En vain les fédéralistes firent remarquer que Jefferson n’avait pas mérité ce merveilleux triomphe de sa diplomatie : il en recueillit toute la gloire. En vain ils lui reprochèrent de s’être laissé entraîner à pousser trop loin ce succès involontaire, d’avoir, en acceptant de la fortune des présens trop étendus, fait entrer dans les limites de la confédération un territoire que la force des choses amènerait un jour à se séparer des états atlantiques, après les avoir dépouillés et dépeuplés à son profit. Le public, ivre de joie, se préoccupa fort peu de ces lointaines prévisions; elles firent plus d’impression sur l’esprit de Jefferson, mais sans l’attrister davantage. « Si jamais, écrivait-il, les nations nouvelles qui vont se former sur les bords du Mississipi trouvent intérêt à se détacher du tronc, si jamais leur bonheur exige assez impérieusement une telle opération pour qu’elles s’y résignent, pourquoi les états atlantiques la craindraient-ils? Et surtout pourquoi nous, leurs habitans actuels, prendrions-nous parti dans une semblable question? Les futurs habitans des états maritimes et des états intérieurs seront également nos fils, des fils établis dans des quartiers divers, mais voisins. Nous croyons que leur bonheur est dans leur union. Les événemens peuvent prouver le contraire, et s’ils trouvent intérêt à se séparer, pourquoi prendrions-nous parti pour nos descendans orientaux contre nos descendans occidentaux? C’est la querelle du frère aîné et du frère cadet. Que Dieu les bénisse tous deux; qu’il maintienne leur union si cela leur est bon, mais qu’il les sépare si cela leur est meilleur! »
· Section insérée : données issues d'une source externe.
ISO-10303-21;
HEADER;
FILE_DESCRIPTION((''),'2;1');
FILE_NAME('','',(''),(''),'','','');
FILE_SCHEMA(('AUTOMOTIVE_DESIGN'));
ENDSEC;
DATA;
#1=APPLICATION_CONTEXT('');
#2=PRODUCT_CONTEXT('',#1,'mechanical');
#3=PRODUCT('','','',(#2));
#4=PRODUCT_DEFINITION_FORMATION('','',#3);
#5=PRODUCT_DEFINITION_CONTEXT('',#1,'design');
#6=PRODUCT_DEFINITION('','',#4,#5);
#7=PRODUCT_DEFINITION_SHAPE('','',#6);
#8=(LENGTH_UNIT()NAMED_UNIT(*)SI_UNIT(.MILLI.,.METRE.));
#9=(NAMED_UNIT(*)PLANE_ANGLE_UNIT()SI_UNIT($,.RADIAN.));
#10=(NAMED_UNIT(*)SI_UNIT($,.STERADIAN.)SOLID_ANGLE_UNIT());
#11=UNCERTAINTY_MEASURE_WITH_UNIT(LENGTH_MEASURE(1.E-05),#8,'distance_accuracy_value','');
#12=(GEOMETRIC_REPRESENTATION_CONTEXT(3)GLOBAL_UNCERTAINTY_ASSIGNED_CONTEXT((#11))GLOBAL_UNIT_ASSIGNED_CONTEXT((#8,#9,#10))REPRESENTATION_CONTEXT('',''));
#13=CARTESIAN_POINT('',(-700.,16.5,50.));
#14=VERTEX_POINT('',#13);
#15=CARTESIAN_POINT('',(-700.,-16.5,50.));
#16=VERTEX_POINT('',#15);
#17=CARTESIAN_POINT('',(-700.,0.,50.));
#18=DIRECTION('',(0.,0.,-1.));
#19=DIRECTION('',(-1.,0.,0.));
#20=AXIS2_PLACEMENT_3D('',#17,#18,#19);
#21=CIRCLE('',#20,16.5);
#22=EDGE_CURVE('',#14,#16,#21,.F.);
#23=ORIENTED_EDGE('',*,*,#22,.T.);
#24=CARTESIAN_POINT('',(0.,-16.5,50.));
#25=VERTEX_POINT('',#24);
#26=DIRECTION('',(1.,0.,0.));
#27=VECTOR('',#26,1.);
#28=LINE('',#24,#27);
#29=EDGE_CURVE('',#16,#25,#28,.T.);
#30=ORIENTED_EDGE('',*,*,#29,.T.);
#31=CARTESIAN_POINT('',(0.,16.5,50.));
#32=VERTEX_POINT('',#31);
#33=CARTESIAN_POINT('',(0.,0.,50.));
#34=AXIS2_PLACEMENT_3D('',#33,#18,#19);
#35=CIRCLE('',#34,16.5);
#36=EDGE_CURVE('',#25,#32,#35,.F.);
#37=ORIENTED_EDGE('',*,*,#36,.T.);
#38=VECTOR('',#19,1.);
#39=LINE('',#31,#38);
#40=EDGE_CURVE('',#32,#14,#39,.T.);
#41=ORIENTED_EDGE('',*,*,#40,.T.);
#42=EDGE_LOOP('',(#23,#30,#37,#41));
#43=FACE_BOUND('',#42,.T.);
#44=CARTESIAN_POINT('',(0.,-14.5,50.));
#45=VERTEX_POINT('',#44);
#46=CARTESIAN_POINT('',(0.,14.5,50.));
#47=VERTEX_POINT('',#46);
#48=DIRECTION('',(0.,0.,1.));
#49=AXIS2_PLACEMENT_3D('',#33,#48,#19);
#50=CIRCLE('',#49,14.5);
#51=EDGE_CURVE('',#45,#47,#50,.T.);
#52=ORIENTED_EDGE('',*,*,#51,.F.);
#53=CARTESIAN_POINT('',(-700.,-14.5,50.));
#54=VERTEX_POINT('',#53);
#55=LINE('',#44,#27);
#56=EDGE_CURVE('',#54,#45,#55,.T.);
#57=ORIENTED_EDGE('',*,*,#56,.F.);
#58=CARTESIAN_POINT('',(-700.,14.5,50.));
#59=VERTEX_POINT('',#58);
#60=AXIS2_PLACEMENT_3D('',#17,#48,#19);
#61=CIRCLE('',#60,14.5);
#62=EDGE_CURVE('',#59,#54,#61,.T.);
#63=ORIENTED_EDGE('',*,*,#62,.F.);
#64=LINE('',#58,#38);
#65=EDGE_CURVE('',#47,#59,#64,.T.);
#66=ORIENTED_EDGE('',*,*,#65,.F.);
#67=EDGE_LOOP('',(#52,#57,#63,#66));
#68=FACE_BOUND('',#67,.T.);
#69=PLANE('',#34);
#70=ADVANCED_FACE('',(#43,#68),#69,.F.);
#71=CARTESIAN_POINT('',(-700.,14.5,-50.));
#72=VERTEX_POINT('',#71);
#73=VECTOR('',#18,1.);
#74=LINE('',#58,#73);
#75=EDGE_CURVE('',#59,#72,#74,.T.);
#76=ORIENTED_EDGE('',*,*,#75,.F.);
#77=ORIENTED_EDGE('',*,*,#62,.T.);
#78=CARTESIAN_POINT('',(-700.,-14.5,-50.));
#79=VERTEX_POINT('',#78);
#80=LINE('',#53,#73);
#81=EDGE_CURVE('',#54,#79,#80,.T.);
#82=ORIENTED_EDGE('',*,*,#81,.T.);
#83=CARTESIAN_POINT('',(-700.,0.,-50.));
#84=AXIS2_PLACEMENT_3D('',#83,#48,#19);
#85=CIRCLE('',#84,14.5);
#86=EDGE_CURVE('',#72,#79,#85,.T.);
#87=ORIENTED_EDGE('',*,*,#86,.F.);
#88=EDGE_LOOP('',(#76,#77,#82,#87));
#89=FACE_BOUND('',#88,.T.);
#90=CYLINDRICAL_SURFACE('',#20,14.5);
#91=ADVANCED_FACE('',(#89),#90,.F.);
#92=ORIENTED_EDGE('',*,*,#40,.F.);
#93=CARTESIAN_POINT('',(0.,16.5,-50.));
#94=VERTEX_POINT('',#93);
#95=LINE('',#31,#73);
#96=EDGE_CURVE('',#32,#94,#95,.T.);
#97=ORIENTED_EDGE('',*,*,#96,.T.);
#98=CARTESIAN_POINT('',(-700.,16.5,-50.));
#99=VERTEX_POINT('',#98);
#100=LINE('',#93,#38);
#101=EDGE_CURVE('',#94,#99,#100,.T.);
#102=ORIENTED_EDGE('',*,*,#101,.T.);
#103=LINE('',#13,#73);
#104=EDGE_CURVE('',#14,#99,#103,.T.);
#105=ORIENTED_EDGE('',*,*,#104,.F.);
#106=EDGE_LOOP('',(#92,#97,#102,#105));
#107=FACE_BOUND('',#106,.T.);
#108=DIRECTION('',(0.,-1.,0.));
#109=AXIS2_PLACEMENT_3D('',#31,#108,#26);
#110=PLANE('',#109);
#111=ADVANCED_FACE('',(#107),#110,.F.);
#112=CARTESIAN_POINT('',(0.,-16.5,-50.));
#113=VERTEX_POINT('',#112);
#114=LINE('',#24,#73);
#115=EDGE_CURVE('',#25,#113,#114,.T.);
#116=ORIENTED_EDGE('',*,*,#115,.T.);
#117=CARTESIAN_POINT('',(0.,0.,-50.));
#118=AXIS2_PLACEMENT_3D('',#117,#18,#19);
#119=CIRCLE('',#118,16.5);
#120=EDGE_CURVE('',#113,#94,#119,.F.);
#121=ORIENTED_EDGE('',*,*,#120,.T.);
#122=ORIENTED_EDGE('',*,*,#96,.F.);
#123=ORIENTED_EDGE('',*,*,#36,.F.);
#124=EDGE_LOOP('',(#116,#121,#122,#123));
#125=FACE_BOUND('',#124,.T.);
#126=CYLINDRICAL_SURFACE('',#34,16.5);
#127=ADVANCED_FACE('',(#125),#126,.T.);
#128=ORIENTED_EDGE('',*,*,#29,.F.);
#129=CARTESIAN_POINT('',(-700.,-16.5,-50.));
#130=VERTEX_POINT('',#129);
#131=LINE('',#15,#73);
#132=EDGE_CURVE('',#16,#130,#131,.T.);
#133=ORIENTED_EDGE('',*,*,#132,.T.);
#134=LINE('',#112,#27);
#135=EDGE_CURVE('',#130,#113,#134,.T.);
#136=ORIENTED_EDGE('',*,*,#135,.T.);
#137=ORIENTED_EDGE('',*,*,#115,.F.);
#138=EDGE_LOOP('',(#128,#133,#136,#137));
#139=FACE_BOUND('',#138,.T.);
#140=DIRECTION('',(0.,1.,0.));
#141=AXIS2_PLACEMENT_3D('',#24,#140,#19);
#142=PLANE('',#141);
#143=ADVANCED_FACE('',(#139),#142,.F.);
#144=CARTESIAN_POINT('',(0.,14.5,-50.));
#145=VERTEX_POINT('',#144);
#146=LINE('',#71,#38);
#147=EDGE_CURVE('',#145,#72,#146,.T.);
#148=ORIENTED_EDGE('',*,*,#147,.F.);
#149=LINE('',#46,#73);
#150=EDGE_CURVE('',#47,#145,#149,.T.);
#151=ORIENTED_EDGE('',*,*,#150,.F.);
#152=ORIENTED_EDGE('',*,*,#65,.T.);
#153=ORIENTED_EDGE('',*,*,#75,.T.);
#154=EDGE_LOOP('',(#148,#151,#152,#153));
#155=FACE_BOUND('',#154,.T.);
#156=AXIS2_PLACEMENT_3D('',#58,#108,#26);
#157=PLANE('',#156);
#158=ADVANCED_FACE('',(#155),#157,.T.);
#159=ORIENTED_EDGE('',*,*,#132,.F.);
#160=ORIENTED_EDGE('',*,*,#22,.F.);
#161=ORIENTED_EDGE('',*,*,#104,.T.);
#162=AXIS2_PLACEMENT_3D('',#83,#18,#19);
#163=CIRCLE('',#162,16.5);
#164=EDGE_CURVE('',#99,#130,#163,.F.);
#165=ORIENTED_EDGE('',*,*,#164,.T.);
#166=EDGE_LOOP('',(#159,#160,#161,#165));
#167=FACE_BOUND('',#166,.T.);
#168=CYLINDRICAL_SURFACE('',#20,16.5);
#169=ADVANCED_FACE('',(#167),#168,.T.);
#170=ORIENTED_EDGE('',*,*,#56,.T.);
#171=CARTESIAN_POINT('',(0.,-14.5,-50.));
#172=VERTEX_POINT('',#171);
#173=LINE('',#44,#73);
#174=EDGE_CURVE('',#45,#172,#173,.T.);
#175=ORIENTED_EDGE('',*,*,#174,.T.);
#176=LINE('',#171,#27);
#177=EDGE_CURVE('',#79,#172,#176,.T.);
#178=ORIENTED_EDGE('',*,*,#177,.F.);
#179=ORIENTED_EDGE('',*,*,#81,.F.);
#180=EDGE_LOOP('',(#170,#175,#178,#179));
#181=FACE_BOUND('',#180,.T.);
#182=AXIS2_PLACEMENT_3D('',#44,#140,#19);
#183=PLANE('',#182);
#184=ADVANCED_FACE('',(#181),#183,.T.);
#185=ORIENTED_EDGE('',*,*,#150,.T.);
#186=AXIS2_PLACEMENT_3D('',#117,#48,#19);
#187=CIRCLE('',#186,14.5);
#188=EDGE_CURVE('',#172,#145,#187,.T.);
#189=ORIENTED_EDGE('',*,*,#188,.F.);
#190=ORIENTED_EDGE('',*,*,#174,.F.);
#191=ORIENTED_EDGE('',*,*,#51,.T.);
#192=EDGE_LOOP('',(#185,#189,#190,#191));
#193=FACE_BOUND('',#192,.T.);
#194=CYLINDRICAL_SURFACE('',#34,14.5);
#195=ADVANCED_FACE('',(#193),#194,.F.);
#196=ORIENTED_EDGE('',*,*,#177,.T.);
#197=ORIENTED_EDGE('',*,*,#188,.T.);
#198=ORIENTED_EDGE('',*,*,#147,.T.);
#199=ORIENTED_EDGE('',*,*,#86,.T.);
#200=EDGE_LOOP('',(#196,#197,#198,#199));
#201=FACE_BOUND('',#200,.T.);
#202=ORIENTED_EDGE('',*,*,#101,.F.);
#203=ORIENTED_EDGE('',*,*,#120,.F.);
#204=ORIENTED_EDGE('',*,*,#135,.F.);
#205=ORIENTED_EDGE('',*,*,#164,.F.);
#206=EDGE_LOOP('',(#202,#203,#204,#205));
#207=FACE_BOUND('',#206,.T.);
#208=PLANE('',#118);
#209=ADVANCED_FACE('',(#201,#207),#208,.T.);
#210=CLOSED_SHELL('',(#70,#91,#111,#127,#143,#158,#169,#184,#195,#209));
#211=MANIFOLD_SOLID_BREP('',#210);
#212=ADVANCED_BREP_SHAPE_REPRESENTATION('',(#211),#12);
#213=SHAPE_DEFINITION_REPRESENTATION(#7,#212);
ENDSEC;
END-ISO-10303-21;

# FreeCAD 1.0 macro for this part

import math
import FreeCAD as App
import Part
import Sketcher

V = App.Vector

doc = App.newDocument("Part")
body = doc.addObject("PartDesign::Body", "Body")

# Sketch on XY plane
sketch1 = body.newObject("Sketcher::SketchObject", "Sketch")
sketch1.AttachmentSupport = (doc.getObject("XY_Plane"), [""])
sketch1.MapMode = "FlatFace"
sketch1.addGeometry(Part.LineSegment(V(0, 16.5, 0), V(-700, 16.5, 0)), False)
sketch1.addGeometry(Part.ArcOfCircle(Part.Circle(V(-700, 0, 0), V(0, 0, 1), 16.5), math.radians(90), math.radians(270)), False)
sketch1.addGeometry(Part.LineSegment(V(-700, -16.5, 0), V(0, -16.5, 0)), False)
sketch1.addGeometry(Part.ArcOfCircle(Part.Circle(V(0, 0, 0), V(0, 0, 1), 16.5), math.radians(-90), math.radians(90)), False)
sketch1.addGeometry(Part.LineSegment(V(-700, 14.5, 0), V(0, 14.5, 0)), False)
sketch1.addGeometry(Part.ArcOfCircle(Part.Circle(V(0, 0, 0), V(0, 0, 1), 14.5), math.radians(-90), math.radians(90)), False)
sketch1.addGeometry(Part.LineSegment(V(0, -14.5, 0), V(-700, -14.5, 0)), False)
sketch1.addGeometry(Part.ArcOfCircle(Part.Circle(V(-700, 0, 0), V(0, 0, 1), 14.5), math.radians(90), math.radians(270)), False)
sketch1.addConstraint(Sketcher.Constraint("Tangent", 0, 2, 1, 1))
sketch1.addConstraint(Sketcher.Constraint("Tangent", 1, 2, 2, 1))
sketch1.addConstraint(Sketcher.Constraint("Tangent", 2, 2, 3, 1))
sketch1.addConstraint(Sketcher.Constraint("Tangent", 3, 2, 0, 1))
sketch1.addConstraint(Sketcher.Constraint("Tangent", 4, 2, 5, 2))
sketch1.addConstraint(Sketcher.Constraint("Tangent", 5, 1, 6, 1))
sketch1.addConstraint(Sketcher.Constraint("Tangent", 6, 2, 7, 2))
sketch1.addConstraint(Sketcher.Constraint("Tangent", 7, 1, 4, 1))
sketch1.addConstraint(Sketcher.Constraint("Horizontal", 0))
sketch1.addConstraint(Sketcher.Constraint("Horizontal", 2))
sketch1.addConstraint(Sketcher.Constraint("Horizontal", 4))
sketch1.addConstraint(Sketcher.Constraint("Horizontal", 6))
sketch1.addConstraint(Sketcher.Constraint("Coincident", 3, 3, -1, 1))
sketch1.addConstraint(Sketcher.Constraint("Coincident", 5, 3, -1, 1))
sketch1.addConstraint(Sketcher.Constraint("Vertical", 7, 3, 0, 2))
sketch1.addConstraint(Sketcher.Constraint("Radius", 1, 16.5))
sketch1.addConstraint(Sketcher.Constraint("Radius", 5, 14.5))
sketch1.addConstraint(Sketcher.Constraint("DistanceX", 0, 2, 0, 1, 700.0))
pad1 = body.newObject("PartDesign::Pad", "Pad")
pad1.Profile = sketch1
pad1.Length = 100
pad1.Midplane = True

doc.recompute()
Jefferson ne se croyait évidemment point obligé d’étendre aux Français de la Louisiane cette paternelle indulgence pour les be-

  1. Sur les 80 millions, prix de l’acquisition de la Louisiane par les États-Unis, 60 seulement furent versés dans le trésor français ; les 20 autres furent employés à indemniser le commerce américain des captures illégalement faites par la marine française dans la dernière guerre.